Ayo Edebiri, however, is another matter. Already killing it as Sydney on "The Bear," Edebiri is doing something rather new, especially for a Black actress in 2023. She works with understatement and self-deprecation. And in addition to simply being very good at it, Edebiri stands in marked contrast to the "Yas queen" post-Oprah bravado that has been demanded of Black women entertainers for decades. Part of why Bottoms plays so well is that for every loud, obnoxious, inappropriate thing PJ says, Josie is there to provide a quiet verbal footnote. It's a winning dynamic.

Besides all that, Bottoms is patently unrealistic, which means that its premise (girls' fight club) is no more outlandish than Mr. G (Marshawn Lynch) reading big butt porn at his desk in the middle of class, or quarterback / human mannequin Jeff (Nicholas Galitzine) being lovingly protected (no homo!) by Tom (Miles Fowler), not to mention taking the field to cries of "eat my pussy, Jeff!" and "fill me with your seed!" While not exactly a queer Heathers (although a budding JD in goth-kid garb lurks in plain sight), Bottoms treats high school, and the high school movie, as a fundamentally warped reality, a messed-up laboratory where American society's worst tendencies are paraded as viable personalities.
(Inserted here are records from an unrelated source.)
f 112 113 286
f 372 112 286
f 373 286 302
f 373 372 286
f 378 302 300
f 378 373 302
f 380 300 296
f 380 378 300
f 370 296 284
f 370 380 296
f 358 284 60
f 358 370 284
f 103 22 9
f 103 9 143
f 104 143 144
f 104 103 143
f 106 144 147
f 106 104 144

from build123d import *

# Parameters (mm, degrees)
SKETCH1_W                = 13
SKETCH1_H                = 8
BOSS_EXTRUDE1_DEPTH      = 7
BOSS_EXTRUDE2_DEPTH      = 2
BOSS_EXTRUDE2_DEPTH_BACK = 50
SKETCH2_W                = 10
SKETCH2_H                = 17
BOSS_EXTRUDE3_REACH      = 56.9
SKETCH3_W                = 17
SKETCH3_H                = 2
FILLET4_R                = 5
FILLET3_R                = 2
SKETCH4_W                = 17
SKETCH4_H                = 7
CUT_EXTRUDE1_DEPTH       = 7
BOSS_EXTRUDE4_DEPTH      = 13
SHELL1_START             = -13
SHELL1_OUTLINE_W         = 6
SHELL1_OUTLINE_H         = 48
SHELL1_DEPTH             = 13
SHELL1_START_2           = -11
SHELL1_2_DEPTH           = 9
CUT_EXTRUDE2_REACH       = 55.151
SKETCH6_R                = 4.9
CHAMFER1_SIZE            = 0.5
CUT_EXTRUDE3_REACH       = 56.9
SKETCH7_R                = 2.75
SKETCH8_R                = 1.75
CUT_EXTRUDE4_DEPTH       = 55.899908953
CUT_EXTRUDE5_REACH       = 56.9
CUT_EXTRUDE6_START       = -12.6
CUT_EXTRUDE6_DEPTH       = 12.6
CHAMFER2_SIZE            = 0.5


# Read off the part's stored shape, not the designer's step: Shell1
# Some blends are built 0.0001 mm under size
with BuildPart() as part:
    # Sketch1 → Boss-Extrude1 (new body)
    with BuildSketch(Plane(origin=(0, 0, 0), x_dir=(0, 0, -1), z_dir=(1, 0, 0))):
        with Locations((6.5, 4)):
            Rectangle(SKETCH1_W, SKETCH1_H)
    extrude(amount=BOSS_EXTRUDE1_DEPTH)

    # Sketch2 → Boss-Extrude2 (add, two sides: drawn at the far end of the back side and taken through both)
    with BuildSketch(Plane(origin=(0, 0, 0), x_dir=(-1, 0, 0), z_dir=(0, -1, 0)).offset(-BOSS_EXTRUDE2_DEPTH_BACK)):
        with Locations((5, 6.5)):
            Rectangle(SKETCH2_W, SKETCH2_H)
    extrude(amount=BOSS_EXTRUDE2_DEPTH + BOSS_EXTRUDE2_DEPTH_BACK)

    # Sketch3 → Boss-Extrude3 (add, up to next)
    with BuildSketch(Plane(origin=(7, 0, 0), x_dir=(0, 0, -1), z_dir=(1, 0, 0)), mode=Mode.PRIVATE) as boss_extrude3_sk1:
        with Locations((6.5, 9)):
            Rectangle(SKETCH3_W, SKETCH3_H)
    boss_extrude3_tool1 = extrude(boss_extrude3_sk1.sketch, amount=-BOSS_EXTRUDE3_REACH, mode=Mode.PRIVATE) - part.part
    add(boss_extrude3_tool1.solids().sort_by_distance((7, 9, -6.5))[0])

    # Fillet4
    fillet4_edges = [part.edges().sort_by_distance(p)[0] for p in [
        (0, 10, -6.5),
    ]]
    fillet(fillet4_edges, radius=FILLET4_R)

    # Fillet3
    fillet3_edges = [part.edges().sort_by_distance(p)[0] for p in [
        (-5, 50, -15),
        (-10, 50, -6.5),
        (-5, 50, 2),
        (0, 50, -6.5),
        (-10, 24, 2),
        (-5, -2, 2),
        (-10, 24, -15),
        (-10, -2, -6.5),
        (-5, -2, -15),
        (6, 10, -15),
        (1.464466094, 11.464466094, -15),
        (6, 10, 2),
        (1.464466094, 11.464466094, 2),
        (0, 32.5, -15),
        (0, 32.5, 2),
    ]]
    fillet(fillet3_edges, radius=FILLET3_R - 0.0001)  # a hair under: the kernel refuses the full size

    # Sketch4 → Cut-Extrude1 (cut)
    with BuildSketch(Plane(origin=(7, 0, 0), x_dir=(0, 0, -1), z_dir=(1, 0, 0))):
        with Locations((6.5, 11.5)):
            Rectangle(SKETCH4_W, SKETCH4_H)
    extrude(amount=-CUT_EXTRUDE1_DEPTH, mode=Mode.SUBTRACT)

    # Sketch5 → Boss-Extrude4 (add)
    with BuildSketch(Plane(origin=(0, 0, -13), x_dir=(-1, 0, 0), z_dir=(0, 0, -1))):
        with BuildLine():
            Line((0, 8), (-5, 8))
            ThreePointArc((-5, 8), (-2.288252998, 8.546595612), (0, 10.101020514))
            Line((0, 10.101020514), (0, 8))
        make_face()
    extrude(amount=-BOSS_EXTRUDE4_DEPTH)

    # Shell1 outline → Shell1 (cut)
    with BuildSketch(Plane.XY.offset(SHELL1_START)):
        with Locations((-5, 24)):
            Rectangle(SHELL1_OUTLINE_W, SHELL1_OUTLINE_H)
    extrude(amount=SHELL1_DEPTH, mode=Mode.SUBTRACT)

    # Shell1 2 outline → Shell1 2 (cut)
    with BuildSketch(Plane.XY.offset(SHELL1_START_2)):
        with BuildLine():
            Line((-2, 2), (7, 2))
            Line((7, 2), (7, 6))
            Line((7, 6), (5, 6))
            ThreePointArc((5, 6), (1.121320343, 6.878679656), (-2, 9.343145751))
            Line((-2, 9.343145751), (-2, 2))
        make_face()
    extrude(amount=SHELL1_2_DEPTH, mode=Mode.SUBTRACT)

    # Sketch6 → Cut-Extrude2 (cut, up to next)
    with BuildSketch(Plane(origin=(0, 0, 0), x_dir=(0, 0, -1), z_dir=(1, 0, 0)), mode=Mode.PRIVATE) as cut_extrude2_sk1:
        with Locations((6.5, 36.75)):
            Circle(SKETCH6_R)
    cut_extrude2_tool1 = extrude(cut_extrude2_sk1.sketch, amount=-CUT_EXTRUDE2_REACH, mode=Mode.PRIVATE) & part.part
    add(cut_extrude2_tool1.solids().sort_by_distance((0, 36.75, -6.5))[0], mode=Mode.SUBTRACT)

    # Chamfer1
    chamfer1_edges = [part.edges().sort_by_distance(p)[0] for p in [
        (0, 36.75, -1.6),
Last thing: part of what makes Bottoms so enjoyable is that, in a way, it does the exact opposite of queer-baiting. Based on, well, the entire history of low-budget Hollywood comedies, we expect gayness to be a gimmick, or at least a hook. But in Bottoms, lesbian teens are allowed to be garden-variety horndogs. PJ's fixation on a hetero cheerleader (Kaia Gerber) even blinds her to Hazel (Ruby Cruz), the beauty in (metaphorical) glasses who was right there all along.